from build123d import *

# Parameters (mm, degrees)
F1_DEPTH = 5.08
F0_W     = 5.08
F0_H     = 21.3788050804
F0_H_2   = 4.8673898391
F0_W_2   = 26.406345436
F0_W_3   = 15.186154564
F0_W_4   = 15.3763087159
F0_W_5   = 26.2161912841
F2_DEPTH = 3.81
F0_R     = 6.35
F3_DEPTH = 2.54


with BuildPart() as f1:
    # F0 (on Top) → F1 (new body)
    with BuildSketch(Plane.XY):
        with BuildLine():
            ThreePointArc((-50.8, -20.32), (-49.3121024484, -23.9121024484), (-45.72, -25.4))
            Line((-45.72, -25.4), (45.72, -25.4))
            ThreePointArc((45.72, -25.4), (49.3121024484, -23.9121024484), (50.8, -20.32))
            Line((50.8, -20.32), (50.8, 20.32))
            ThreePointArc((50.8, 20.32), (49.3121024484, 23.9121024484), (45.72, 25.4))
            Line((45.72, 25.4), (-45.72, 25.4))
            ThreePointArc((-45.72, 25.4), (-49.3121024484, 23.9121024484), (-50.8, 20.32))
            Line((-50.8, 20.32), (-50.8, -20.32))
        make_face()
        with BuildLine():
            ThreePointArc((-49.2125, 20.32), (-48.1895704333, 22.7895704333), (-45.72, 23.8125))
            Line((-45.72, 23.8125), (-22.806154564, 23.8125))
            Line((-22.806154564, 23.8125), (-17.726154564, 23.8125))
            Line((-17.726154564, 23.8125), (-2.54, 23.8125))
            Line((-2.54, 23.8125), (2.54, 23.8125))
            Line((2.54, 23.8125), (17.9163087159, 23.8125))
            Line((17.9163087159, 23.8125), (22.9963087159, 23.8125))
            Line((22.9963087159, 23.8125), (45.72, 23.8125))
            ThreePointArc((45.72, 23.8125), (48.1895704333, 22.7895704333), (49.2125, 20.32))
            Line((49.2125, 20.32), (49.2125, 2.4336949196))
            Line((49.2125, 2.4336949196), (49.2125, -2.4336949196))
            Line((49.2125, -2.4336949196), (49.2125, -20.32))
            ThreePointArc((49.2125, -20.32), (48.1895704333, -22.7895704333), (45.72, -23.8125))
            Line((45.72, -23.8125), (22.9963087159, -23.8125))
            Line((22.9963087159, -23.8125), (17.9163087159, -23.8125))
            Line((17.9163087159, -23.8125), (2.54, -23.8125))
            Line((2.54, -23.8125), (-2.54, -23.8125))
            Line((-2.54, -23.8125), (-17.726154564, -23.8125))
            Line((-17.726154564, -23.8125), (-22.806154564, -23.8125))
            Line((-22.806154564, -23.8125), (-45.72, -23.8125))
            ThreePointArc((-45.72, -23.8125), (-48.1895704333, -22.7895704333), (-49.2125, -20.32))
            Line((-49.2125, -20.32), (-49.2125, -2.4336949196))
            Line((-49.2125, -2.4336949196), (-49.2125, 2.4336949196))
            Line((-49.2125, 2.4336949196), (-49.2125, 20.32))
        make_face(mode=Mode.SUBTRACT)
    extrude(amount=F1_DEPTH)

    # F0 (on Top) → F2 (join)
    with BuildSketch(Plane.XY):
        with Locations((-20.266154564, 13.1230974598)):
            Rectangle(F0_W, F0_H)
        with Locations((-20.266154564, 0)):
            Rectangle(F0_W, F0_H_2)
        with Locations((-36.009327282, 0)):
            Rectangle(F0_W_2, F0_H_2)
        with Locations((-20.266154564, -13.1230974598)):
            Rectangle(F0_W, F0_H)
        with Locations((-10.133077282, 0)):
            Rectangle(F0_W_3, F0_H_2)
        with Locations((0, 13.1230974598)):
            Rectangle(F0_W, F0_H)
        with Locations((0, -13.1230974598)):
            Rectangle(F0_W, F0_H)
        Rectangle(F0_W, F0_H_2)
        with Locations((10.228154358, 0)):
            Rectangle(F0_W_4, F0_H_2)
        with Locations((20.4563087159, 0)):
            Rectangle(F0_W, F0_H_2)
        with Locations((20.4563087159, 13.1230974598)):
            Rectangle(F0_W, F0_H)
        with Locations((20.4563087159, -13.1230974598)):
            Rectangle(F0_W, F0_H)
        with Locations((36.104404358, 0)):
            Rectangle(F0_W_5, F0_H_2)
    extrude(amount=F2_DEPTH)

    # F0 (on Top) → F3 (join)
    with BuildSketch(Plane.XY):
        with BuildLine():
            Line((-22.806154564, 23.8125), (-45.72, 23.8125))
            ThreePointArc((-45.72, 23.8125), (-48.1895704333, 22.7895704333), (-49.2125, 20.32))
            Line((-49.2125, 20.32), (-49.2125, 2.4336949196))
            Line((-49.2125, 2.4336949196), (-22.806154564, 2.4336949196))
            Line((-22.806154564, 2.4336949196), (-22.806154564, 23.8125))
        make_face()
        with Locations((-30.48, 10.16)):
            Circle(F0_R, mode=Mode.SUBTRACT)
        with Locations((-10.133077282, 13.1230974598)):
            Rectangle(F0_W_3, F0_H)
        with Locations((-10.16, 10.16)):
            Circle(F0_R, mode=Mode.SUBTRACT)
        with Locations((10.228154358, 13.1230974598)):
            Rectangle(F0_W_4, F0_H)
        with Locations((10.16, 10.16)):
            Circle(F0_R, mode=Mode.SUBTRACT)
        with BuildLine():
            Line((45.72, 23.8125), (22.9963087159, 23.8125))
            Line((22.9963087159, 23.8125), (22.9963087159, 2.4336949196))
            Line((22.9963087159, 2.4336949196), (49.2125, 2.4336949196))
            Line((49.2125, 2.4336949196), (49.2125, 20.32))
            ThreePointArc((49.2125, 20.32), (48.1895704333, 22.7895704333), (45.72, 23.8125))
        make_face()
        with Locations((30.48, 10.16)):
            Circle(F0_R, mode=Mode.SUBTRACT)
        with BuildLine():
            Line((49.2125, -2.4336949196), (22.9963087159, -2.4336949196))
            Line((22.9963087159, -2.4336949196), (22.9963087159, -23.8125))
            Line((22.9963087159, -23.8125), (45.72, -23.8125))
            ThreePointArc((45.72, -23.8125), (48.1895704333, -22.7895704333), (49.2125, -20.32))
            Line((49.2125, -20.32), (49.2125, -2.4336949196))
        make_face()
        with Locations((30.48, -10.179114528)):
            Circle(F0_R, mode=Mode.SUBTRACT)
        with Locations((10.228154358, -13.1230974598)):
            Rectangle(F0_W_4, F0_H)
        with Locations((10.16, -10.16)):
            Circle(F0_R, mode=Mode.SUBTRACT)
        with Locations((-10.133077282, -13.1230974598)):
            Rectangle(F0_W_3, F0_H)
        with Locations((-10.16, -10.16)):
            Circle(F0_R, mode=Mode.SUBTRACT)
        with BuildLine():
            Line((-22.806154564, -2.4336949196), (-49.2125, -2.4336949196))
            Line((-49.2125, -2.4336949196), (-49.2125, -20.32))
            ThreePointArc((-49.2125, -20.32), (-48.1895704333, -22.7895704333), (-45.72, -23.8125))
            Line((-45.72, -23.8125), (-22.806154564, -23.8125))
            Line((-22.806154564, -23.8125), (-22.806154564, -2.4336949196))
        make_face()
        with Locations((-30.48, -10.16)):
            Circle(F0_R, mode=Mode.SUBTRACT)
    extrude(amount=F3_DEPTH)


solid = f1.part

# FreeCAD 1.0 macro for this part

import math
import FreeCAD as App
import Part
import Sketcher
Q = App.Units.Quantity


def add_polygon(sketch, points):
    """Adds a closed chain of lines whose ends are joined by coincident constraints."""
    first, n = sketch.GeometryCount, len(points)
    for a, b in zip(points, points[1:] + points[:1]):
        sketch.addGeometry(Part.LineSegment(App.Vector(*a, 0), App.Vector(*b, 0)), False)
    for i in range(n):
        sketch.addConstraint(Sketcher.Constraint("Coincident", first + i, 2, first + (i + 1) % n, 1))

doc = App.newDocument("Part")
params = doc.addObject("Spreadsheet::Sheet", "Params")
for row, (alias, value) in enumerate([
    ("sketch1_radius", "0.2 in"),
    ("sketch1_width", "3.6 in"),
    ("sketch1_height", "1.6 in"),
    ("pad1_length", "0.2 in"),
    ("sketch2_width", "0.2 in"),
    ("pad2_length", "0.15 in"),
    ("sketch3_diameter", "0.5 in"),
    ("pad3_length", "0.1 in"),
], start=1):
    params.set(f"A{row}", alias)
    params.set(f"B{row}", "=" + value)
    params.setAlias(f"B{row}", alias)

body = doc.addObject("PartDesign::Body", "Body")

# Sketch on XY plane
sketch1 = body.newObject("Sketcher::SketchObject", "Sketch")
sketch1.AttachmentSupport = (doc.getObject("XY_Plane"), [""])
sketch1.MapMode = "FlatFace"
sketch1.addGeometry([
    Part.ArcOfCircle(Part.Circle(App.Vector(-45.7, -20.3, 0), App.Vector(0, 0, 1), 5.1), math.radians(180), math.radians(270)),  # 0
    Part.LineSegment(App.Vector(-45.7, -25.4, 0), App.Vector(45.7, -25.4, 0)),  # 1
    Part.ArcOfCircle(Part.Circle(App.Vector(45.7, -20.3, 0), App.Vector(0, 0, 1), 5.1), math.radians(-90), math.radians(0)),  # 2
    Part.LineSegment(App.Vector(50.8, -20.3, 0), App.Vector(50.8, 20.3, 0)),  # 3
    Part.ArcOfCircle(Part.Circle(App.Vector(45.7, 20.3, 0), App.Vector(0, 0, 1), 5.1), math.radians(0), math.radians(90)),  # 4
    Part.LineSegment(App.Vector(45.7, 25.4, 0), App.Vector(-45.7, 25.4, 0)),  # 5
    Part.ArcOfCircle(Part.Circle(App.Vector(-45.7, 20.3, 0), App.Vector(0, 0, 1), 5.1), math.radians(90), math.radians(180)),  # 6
...
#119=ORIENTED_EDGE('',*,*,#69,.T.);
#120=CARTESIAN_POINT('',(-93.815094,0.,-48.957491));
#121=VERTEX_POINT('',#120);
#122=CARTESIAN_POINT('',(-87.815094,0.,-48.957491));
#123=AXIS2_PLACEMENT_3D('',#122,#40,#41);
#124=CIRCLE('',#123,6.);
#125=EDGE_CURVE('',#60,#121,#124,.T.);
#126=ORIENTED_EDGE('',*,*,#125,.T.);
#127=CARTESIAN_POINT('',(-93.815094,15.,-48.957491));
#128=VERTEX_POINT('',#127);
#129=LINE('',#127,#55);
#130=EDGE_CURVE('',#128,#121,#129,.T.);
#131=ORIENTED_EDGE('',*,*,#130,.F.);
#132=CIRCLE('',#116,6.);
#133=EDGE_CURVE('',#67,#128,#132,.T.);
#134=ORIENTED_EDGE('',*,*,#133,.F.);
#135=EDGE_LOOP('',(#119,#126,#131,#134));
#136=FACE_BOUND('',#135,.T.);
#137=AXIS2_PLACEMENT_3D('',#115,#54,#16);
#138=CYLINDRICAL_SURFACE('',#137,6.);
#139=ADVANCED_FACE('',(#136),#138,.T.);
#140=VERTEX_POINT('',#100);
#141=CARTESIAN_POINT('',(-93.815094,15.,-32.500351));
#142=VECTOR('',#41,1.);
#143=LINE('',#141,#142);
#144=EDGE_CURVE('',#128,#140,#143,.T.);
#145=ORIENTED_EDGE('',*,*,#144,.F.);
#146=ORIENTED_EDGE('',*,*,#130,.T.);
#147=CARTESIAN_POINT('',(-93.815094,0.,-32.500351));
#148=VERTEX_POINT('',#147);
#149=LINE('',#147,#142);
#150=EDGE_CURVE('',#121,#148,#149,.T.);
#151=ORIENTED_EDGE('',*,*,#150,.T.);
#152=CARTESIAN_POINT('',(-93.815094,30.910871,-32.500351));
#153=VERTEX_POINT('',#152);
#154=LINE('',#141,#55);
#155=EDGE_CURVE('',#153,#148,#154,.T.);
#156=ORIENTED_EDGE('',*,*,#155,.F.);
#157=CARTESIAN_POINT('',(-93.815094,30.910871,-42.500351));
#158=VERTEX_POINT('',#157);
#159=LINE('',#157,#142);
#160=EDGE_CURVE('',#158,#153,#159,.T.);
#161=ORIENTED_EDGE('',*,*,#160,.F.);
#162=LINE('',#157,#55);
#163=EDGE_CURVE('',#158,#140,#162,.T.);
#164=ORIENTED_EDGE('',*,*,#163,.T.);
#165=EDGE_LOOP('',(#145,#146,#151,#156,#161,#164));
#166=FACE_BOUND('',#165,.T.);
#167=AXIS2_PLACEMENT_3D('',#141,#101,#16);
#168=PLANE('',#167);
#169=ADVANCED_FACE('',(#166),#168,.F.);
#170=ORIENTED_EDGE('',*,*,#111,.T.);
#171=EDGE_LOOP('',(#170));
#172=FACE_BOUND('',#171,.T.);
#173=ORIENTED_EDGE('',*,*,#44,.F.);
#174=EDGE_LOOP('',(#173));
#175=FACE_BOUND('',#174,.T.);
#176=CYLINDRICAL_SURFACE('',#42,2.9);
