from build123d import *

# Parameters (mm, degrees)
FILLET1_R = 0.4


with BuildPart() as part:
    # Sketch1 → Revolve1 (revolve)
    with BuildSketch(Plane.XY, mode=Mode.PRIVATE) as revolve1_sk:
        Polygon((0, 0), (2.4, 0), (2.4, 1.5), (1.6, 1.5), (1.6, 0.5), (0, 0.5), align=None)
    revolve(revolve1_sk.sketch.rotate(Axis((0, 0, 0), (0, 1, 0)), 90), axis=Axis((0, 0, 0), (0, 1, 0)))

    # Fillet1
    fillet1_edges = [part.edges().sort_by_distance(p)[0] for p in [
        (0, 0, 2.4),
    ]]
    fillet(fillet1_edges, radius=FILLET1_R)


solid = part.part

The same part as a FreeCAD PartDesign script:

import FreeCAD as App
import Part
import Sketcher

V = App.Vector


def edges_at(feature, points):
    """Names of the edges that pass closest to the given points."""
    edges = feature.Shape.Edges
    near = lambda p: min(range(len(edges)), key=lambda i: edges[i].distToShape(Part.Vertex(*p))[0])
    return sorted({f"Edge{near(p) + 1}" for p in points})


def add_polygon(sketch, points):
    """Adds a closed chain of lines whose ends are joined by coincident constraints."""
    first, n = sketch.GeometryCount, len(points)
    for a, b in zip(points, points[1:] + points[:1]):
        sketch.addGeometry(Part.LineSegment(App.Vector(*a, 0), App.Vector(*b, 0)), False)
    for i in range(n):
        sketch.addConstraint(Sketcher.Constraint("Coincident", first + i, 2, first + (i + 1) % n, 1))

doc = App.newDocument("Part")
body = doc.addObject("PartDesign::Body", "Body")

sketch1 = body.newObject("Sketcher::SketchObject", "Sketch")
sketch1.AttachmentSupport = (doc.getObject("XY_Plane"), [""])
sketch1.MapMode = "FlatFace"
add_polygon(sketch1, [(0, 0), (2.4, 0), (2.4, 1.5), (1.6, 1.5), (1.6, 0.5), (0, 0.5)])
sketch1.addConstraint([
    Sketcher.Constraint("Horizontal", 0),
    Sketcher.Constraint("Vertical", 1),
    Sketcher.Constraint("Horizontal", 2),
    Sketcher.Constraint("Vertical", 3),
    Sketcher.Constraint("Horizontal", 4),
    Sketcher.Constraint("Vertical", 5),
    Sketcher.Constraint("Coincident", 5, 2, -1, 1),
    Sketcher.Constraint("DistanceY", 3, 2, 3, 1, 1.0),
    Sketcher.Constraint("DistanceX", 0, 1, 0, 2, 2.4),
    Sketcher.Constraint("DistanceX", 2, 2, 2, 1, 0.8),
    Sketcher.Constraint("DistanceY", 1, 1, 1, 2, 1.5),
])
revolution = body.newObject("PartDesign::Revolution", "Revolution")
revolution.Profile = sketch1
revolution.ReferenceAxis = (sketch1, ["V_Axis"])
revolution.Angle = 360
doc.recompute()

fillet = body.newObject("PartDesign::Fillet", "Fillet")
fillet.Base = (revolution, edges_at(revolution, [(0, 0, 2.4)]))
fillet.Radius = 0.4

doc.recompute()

### Problem description
Beginning at the line with "Line((50.8, -20.32), (50.8, 20.32))" and ending at the line with "23.9121024484), (-50.8, 20.32))", reproduce each line of the data above exactly, and add no other lines.

### Problem solution
            Line((50.8, -20.32), (50.8, 20.32))
            ThreePointArc((50.8, 20.32), (49.3121024484, 23.9121024484), (45.72, 25.4))
            Line((45.72, 25.4), (-45.72, 25.4))
            ThreePointArc((-45.72, 25.4), (-49.3121024484, 23.9121024484), (-50.8, 20.32))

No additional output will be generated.